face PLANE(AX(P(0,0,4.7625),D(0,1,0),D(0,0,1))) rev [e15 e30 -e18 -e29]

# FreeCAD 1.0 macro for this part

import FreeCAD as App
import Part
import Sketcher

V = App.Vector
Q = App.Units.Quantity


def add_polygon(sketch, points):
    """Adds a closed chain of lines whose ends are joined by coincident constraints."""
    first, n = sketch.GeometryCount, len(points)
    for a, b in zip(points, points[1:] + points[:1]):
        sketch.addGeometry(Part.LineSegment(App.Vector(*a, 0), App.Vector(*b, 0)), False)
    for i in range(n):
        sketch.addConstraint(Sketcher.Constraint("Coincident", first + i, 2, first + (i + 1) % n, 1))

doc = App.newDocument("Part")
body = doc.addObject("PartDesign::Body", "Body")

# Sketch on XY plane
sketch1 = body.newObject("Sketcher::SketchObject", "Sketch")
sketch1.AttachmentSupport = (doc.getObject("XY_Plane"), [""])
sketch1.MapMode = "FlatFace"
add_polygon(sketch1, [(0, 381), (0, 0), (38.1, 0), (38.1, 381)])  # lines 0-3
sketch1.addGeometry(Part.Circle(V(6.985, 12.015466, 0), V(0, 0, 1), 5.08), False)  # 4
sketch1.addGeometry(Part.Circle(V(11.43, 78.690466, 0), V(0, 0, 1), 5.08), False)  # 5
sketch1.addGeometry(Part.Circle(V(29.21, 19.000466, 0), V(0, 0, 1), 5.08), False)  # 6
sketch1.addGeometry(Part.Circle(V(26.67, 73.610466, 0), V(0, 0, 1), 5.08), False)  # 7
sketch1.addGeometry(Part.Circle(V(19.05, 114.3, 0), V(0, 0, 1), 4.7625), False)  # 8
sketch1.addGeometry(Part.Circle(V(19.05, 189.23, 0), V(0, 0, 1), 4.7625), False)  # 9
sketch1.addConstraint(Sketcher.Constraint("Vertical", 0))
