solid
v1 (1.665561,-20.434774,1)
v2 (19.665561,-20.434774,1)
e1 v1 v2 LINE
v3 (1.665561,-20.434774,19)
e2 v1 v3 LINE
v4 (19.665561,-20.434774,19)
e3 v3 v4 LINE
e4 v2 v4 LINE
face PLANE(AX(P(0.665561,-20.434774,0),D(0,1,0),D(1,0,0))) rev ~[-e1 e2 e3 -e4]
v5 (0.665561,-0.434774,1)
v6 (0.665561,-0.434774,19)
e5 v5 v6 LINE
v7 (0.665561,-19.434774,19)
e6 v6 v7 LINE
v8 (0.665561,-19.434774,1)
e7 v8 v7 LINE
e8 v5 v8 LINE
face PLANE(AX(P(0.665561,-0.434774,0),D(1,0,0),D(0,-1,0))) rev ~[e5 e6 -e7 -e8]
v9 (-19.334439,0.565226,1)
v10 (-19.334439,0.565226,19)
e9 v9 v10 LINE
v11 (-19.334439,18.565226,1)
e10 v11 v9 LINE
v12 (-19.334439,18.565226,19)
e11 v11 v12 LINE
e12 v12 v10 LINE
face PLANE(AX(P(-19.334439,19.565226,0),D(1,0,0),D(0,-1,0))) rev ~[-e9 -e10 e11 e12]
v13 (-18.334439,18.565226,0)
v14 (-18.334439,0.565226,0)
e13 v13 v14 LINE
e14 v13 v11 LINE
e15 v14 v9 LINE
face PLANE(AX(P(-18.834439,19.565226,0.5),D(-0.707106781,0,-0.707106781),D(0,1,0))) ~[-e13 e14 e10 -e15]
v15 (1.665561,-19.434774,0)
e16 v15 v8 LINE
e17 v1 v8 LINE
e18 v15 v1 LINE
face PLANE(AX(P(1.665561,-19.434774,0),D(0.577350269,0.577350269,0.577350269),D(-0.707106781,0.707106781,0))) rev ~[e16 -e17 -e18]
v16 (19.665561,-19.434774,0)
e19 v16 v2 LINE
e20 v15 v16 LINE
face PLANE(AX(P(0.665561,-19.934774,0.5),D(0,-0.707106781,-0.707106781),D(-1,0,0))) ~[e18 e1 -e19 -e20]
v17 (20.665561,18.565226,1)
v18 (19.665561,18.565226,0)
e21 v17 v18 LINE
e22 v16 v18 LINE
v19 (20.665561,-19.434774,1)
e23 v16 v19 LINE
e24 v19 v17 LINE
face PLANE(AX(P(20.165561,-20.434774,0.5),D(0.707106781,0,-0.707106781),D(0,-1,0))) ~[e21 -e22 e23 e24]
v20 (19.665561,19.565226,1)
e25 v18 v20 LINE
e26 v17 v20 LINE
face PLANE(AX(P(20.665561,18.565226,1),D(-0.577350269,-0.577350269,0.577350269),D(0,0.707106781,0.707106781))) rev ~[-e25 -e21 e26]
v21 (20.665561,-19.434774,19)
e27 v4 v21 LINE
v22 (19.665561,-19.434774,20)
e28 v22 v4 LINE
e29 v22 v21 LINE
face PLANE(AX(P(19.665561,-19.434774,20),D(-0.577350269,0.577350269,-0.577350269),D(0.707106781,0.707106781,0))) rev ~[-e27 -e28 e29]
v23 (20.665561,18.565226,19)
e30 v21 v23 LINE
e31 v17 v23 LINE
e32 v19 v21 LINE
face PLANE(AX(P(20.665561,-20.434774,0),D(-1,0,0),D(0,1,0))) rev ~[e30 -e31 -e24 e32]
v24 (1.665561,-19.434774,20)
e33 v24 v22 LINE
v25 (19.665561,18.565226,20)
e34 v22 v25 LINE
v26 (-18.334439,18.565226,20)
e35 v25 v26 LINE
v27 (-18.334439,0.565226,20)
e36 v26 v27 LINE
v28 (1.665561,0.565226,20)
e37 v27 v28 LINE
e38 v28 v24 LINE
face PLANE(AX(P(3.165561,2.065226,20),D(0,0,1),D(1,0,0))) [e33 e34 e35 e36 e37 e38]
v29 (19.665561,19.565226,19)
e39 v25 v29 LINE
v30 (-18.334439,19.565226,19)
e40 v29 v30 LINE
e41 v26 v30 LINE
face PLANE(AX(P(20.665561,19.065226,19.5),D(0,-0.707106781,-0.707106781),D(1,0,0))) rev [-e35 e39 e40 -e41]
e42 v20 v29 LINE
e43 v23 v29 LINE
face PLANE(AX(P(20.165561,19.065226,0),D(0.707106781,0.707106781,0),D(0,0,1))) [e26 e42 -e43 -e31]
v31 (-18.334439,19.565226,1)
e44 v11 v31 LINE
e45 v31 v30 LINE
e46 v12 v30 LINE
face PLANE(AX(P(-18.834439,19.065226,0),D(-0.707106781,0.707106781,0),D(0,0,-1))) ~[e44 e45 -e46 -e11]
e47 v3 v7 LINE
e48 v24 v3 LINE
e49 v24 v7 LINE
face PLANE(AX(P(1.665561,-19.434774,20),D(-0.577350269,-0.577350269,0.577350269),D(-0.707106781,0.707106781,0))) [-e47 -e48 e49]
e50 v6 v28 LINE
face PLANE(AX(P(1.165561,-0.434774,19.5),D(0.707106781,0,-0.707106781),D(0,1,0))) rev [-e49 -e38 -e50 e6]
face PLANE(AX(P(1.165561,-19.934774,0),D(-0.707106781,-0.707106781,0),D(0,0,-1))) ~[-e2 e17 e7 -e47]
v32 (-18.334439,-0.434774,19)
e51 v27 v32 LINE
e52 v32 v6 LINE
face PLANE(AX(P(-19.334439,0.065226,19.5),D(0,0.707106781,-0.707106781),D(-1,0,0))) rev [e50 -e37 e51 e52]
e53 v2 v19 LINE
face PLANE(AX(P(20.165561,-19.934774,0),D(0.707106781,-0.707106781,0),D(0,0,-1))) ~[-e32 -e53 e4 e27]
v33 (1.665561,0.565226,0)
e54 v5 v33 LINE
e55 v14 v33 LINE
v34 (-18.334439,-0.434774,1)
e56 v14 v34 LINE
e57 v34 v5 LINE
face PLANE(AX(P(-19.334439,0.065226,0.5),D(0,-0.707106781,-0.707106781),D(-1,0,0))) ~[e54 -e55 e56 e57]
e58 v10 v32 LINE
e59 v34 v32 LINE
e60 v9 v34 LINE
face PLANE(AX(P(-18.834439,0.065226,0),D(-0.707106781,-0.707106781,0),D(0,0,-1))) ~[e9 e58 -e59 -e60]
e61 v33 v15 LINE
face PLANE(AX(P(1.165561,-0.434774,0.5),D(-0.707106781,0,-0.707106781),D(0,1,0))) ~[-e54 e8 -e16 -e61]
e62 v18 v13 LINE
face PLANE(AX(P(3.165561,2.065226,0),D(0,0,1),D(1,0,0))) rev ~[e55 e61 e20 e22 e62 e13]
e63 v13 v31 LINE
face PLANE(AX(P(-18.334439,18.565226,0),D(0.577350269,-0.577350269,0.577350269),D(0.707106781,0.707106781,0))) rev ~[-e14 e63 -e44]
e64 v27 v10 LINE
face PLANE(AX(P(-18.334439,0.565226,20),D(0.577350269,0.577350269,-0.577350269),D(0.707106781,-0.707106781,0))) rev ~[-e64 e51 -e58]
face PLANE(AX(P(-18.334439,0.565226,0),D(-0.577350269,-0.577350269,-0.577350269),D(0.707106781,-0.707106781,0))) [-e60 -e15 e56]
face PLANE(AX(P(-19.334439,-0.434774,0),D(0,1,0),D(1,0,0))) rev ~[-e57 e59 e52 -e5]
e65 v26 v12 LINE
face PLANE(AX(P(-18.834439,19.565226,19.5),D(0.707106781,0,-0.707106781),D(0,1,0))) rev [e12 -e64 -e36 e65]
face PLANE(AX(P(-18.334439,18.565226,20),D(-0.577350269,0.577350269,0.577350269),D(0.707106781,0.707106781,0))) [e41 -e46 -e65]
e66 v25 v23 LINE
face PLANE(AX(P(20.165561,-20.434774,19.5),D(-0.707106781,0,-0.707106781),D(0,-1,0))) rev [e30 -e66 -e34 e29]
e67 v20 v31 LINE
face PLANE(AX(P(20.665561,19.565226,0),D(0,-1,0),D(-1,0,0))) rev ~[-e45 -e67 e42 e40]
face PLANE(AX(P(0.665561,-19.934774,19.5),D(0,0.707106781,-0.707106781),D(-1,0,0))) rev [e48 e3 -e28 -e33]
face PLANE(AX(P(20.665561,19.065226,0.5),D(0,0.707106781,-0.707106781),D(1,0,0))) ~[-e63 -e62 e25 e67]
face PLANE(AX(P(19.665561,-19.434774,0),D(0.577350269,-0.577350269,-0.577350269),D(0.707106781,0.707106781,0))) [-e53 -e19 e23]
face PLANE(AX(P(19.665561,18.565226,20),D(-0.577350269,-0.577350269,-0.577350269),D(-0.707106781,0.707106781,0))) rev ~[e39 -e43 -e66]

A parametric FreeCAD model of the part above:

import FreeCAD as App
import Part
import Sketcher
from FreeCAD import Vector


def edges_at(feature, points):
    """Names of the edges that pass closest to the given points."""
    edges = feature.Shape.Edges
    near = lambda p: min(range(len(edges)), key=lambda i: edges[i].distToShape(Part.Vertex(*p))[0])
    return sorted({f"Edge{near(p) + 1}" for p in points})


def add_polygon(sketch, points):
    """Adds a closed chain of lines whose ends are joined by coincident constraints."""
    first, n = sketch.GeometryCount, len(points)
    for a, b in zip(points, points[1:] + points[:1]):
        sketch.addGeometry(Part.LineSegment(App.Vector(*a, 0), App.Vector(*b, 0)), False)
    for i in range(n):
        sketch.addConstraint(Sketcher.Constraint("Coincident", first + i, 2, first + (i + 1) % n, 1))

doc = App.newDocument("Part")
body = doc.addObject("PartDesign::Body", "Body")

sketch1 = doc.addObject("Sketcher::SketchObject", "Sketch")
body.addObject(sketch1)
sketch1.AttachmentSupport = (doc.XY_Plane, [""])
sketch1.MapMode = "FlatFace"
add_polygon(sketch1, [(20.665561, 19.565226), (-19.334439, 19.565226), (-19.334439, -0.434774), (0.665561, -0.434774), (0.665561, -20.434774), (20.665561, -20.434774)])
sketch1.addConstraint(Sketcher.Constraint("Horizontal", 0))
sketch1.addConstraint(Sketcher.Constraint("Vertical", 1))
sketch1.addConstraint(Sketcher.Constraint("Horizontal", 2))
sketch1.addConstraint(Sketcher.Constraint("Vertical", 3))
sketch1.addConstraint(Sketcher.Constraint("Horizontal", 4))
sketch1.addConstraint(Sketcher.Constraint("Vertical", 5))
sketch1.addConstraint(Sketcher.Constraint("Equal", 2, 4))
sketch1.addConstraint(Sketcher.Constraint("Equal", 4, 1))
sketch1.addConstraint(Sketcher.Constraint("Equal", 1, 3))
sketch1.addConstraint(Sketcher.Constraint("DistanceX", 0, 2, 0, 1, 40.0))
sketch1.addConstraint(Sketcher.Constraint("DistanceX", 0, 2, -1, 1, 19.334439))
sketch1.addConstraint(Sketcher.Constraint("DistanceY", -1, 1, 0, 2, 19.565226))
pad1 = doc.addObject("PartDesign::Pad", "Pad")
body.addObject(pad1)
pad1.Profile = sketch1
pad1.Length = 20
doc.recompute()

chamfer = doc.addObject("PartDesign::Chamfer", "Chamfer")
body.addObject(chamfer)
chamfer.Base = (pad1, edges_at(pad1, [
    (0.666, -20.435, 10),
    (20.666, -20.435, 10),
    (10.666, -20.435, 0),
    (10.666, -20.435, 20),
    (-19.334, 19.565, 10),
    (-19.334, -0.435, 10),
    (-19.334, 9.565, 0),
    (-19.334, 9.565, 20),
    (0.666, 19.565, 0),
    (-9.334, -0.435, 0),
    (0.666, -10.435, 0),
    (20.666, -0.435, 0),
    (20.666, 19.565, 10),
    (20.666, -0.435, 20),
    (0.666, 19.565, 20),
    (-9.334, -0.435, 20),
    (0.666, -10.435, 20),
]))
chamfer.Size = 1

doc.recompute()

**EXERCISE OBJECTIVE**
Among the records above, repeat exactly the line with "e47 v3 v7 LINE", the line with "e58 -e59 -e60]", and every line in between, and only those.

**ANSWER FOR THIS EXERCISE**
e47 v3 v7 LINE
e48 v24 v3 LINE
e49 v24 v7 LINE
face PLANE(AX(P(1.665561,-19.434774,20),D(-0.577350269,-0.577350269,0.577350269),D(-0.707106781,0.707106781,0))) [-e47 -e48 e49]
e50 v6 v28 LINE
face PLANE(AX(P(1.165561,-0.434774,19.5),D(0.707106781,0,-0.707106781),D(0,1,0))) rev [-e49 -e38 -e50 e6]
face PLANE(AX(P(1.165561,-19.934774,0),D(-0.707106781,-0.707106781,0),D(0,0,-1))) ~[-e2 e17 e7 -e47]
v32 (-18.334439,-0.434774,19)
e51 v27 v32 LINE
e52 v32 v6 LINE
face PLANE(AX(P(-19.334439,0.065226,19.5),D(0,0.707106781,-0.707106781),D(-1,0,0))) rev [e50 -e37 e51 e52]
e53 v2 v19 LINE
face PLANE(AX(P(20.165561,-19.934774,0),D(0.707106781,-0.707106781,0),D(0,0,-1))) ~[-e32 -e53 e4 e27]
v33 (1.665561,0.565226,0)
e54 v5 v33 LINE
e55 v14 v33 LINE
v34 (-18.334439,-0.434774,1)
e56 v14 v34 LINE
e57 v34 v5 LINE
face PLANE(AX(P(-19.334439,0.065226,0.5),D(0,-0.707106781,-0.707106781),D(-1,0,0))) ~[e54 -e55 e56 e57]
e58 v10 v32 LINE
e59 v34 v32 LINE
e60 v9 v34 LINE
face PLANE(AX(P(-18.834439,0.065226,0),D(-0.707106781,-0.707106781,0),D(0,0,-1))) ~[e9 e58 -e59 -e60]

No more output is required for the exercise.